5. Try it — a 60-second smoke test
- Drop the snippet from Path A into a blank
index.html. - Open the file with a local server (e.g.
npx serve .) —localhostis auto-allowed. - Click the floating button in the bottom-right.
- Click anywhere on the page → write a comment → submit.
- Open your project in the dashboard — the thread is there.
If nothing appears, jump to Troubleshooting below.
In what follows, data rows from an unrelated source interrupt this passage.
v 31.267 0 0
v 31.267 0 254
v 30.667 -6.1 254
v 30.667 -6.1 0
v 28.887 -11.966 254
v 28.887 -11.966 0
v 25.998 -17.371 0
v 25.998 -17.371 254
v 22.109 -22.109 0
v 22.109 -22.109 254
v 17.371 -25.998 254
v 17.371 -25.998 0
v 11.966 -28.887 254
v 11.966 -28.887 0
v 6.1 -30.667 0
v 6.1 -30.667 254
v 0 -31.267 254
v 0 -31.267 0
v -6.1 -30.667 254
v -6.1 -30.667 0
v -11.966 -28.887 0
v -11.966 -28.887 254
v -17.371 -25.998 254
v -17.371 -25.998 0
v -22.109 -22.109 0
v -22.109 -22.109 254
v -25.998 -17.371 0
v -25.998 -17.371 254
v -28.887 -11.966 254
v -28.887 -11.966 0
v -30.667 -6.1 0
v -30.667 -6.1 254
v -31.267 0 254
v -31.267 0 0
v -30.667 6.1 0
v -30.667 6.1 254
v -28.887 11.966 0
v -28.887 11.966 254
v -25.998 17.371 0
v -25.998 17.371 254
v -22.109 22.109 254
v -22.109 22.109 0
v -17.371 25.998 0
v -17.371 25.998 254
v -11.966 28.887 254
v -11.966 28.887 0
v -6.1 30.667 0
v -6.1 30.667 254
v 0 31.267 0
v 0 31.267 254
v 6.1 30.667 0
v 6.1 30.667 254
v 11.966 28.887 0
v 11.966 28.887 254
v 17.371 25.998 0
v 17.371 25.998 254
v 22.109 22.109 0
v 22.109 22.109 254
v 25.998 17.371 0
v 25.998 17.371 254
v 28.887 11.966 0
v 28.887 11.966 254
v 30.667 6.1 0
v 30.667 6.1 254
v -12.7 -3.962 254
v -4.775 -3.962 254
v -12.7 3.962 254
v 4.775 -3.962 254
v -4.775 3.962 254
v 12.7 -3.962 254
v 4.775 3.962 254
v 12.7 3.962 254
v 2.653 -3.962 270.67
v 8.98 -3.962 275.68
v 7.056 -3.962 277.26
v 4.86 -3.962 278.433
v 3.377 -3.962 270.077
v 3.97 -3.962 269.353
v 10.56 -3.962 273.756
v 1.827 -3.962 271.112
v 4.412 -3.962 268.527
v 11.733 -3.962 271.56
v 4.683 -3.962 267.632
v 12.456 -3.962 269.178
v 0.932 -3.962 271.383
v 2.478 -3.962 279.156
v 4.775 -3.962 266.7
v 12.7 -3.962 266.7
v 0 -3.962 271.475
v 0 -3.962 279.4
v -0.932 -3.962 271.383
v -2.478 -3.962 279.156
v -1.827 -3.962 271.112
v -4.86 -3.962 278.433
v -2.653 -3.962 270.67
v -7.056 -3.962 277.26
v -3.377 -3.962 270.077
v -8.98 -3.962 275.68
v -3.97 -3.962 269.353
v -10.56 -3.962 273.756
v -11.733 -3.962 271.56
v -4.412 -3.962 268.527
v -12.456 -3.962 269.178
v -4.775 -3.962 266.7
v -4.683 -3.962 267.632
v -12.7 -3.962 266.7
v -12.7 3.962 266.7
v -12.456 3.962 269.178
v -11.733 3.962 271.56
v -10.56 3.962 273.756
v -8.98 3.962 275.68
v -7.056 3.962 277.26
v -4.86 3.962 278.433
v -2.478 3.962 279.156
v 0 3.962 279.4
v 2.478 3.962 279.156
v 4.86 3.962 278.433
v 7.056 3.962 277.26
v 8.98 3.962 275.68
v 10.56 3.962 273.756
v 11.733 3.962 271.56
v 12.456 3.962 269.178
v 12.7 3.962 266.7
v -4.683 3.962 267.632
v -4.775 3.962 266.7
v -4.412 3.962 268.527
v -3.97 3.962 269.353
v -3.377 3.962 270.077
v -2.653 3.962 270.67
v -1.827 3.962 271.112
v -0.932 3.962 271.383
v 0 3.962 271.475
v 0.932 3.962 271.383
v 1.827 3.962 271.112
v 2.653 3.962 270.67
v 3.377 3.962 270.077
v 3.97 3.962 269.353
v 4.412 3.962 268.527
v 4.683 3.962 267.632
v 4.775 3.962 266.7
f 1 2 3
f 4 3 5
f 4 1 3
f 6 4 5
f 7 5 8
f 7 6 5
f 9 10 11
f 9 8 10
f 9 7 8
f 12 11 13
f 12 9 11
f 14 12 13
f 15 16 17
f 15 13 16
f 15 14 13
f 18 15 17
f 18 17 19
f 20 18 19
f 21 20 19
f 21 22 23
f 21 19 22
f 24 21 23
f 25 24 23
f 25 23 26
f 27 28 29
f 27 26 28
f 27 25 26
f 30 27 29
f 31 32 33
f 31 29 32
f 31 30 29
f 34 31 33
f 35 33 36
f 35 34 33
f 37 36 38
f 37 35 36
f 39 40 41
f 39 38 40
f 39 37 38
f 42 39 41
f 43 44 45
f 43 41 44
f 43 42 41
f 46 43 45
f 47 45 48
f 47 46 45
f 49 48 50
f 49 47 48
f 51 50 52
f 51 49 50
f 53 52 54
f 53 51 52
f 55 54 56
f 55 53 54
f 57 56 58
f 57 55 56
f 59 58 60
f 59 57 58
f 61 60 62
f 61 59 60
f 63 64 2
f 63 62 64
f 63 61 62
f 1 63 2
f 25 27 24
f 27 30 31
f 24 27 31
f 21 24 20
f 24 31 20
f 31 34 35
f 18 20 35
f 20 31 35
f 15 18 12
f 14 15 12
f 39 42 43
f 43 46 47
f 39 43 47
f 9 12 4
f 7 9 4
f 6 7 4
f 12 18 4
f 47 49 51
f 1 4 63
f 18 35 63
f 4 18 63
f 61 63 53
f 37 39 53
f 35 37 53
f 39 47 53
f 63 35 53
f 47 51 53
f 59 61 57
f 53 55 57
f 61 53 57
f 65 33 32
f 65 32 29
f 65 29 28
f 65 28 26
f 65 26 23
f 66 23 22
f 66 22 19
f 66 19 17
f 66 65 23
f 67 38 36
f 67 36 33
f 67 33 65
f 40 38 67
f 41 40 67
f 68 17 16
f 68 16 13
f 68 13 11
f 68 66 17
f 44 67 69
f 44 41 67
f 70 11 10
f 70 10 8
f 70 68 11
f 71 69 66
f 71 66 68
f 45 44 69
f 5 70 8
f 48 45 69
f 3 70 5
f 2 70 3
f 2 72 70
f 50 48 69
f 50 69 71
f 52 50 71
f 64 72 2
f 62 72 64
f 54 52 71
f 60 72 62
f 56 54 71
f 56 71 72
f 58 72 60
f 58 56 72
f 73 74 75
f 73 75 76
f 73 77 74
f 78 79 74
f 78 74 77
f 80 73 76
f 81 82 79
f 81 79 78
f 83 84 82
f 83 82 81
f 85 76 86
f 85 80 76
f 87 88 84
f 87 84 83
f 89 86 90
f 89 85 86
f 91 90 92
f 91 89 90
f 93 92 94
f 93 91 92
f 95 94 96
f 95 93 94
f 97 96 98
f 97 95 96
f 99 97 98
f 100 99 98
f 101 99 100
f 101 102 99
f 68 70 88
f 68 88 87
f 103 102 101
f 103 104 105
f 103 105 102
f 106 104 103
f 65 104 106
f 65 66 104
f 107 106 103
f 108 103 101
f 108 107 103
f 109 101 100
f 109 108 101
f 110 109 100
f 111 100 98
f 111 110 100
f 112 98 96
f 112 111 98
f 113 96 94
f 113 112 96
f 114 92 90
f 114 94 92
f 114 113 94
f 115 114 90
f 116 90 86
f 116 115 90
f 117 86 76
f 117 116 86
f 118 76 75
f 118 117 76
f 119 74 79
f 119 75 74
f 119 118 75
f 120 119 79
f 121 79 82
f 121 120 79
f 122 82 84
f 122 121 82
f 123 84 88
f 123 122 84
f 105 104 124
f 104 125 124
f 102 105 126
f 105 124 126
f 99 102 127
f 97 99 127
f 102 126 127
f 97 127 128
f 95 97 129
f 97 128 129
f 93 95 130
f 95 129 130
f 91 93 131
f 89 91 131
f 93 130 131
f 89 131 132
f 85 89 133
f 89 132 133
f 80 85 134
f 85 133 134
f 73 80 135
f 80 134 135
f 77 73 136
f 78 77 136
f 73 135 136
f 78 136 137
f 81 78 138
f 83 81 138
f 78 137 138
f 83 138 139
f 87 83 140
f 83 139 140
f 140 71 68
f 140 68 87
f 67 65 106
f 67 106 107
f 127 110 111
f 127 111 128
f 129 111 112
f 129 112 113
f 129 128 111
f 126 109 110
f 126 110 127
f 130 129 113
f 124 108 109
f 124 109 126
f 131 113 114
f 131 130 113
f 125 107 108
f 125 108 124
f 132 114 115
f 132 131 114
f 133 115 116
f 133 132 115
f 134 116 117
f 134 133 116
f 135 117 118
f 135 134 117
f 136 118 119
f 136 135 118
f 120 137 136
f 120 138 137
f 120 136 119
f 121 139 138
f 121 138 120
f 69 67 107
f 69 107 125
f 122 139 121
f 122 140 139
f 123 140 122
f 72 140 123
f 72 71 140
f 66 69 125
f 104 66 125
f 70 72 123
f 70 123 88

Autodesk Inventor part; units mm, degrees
ref_plane "YZ Plane" through (0, 0, 0) normal (1, 0, 0) x (0, 1, 0)
ref_plane "XZ Plane" through (0, 0, 0) normal (0, 1, 0) x (-1, 0, 0)
ref_plane "XY Plane" through (0, 0, 0) normal (0, 0, 1) x (1, 0, 0)
sketch "Sketch1" plane through (0, 0, 0) normal (0, 0, 1) x (1, 0, 0)
  circle A0 centre (0, 0) radius 31.2674
  dimension "d0" = 62.5348
extrude "Extrusion1" add sketch "Sketch1" along normal blind 254
sketch "Sketch2" plane through (0, 0, 254) normal (0, 0, 1) x (1, 0, 0)
  circle A0 centre (0, 0) radius 31.2674 projected
  line L0 (-12.7, 3.9624) -> (12.7, 3.9624)
  line L1 (12.7, 3.9624) -> (12.7, -3.9624)
  line L2 (12.7, -3.9624) -> (-12.7, -3.9624)
  line L3 (-12.7, -3.9624) -> (-12.7, 3.9624)
  dimension "d3" = 7.9248
  dimension "d4" = 3.9624
  dimension "d5" = 12.7
  dimension "d6" = 12.7
extrude "Extrusion2" add sketch "Sketch2" along normal blind 25.4 contours L0 L1 L2 L3
sketch "Sketch3" plane through (-12.7, 3.9624, 254) normal (0, 1, 0) x (1, 0, 0)
  line L0 (0, 0) -> (25.4, 0) projected
  line L1 (0, 0) -> (0, -25.4) projected
  line L2 (25.4, -25.4) -> (0, -25.4) projected
  line L3 (25.4, 0) -> (25.4, -25.4) projected
  arc A0 (0, -12.7) -> (25.4, -12.7) centre (12.7, -12.7) ccw
  line L4 (7.9248, 0) -> (7.9248, -12.7)
  line L5 (17.4752, 0) -> (17.4752, -12.7)
  arc A1 (7.9248, -12.7) -> (17.4752, -12.7) centre (12.7, -12.7) ccw
  point P0 (12.7, 254)
  dimension "d9" = 7.9248
extrude "Extrusion3" cut sketch "Sketch3" against normal blind 25.4 contours L0 L5 A1 L4 | A0 L2 L1 | A0 L3 L2
properties part number "Spring End"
6. How it works (in one diagram)
your app
│ embeds @pixelmatters/markup (Preact, runs inside an open shadow DOM)
▼
widget runtime ──► POST/GET /widget/* (x-markup-api-key + Origin) ──► Convex
│
▼
real-time dashboard- Style isolation: the widget mounts inside a shadow root (
:host { all: initial }). Your CSS can't bleed in; the widget's CSS can't bleed out. - Pin re-anchoring: every pin stores both a CSS selector and a viewport-fraction fallback, so it survives reflow and minor markup changes.
- SPA-aware: the widget patches
history.pushState/replaceStateand listens topopstate, so threads refresh on route changes. - Identity: anonymous by default; signed-in team members get a verified badge.
7. Troubleshooting
| Symptom | Likely cause | Fix |
|---|---|---|
401 Unauthorized in the network tab |
Wrong / revoked key | Mint a fresh key in Settings → API Keys |
403 origin not allowed |
Host domain isn't in the project's allowlist | Settings → Domains → add the domain (or *.staging.example.com) |
| Floating button doesn't appear | <script> tag missing data-markup-widget="true", or CSP blocks unpkg.com |
Add the attribute / allow the script origin in your CSP |
| Button works locally but not in prod | You're on a non-localhost domain that isn't allowlisted | Add the prod domain in Settings → Domains |
| Two widgets on the page | init() was called more than once with different configs |
Call the returned destroy() first, or just call init() again — it self-replaces |
8. Uninstalling / disabling
- Remove the
<script>tag, or stop callinginit(). - For React, unmount
<MarkupWidget />. - To kill an active session manually:
import { destroy } from '@pixelmatters/markup'; destroy().
Existing threads stay in the dashboard — uninstalling the widget doesn't delete data.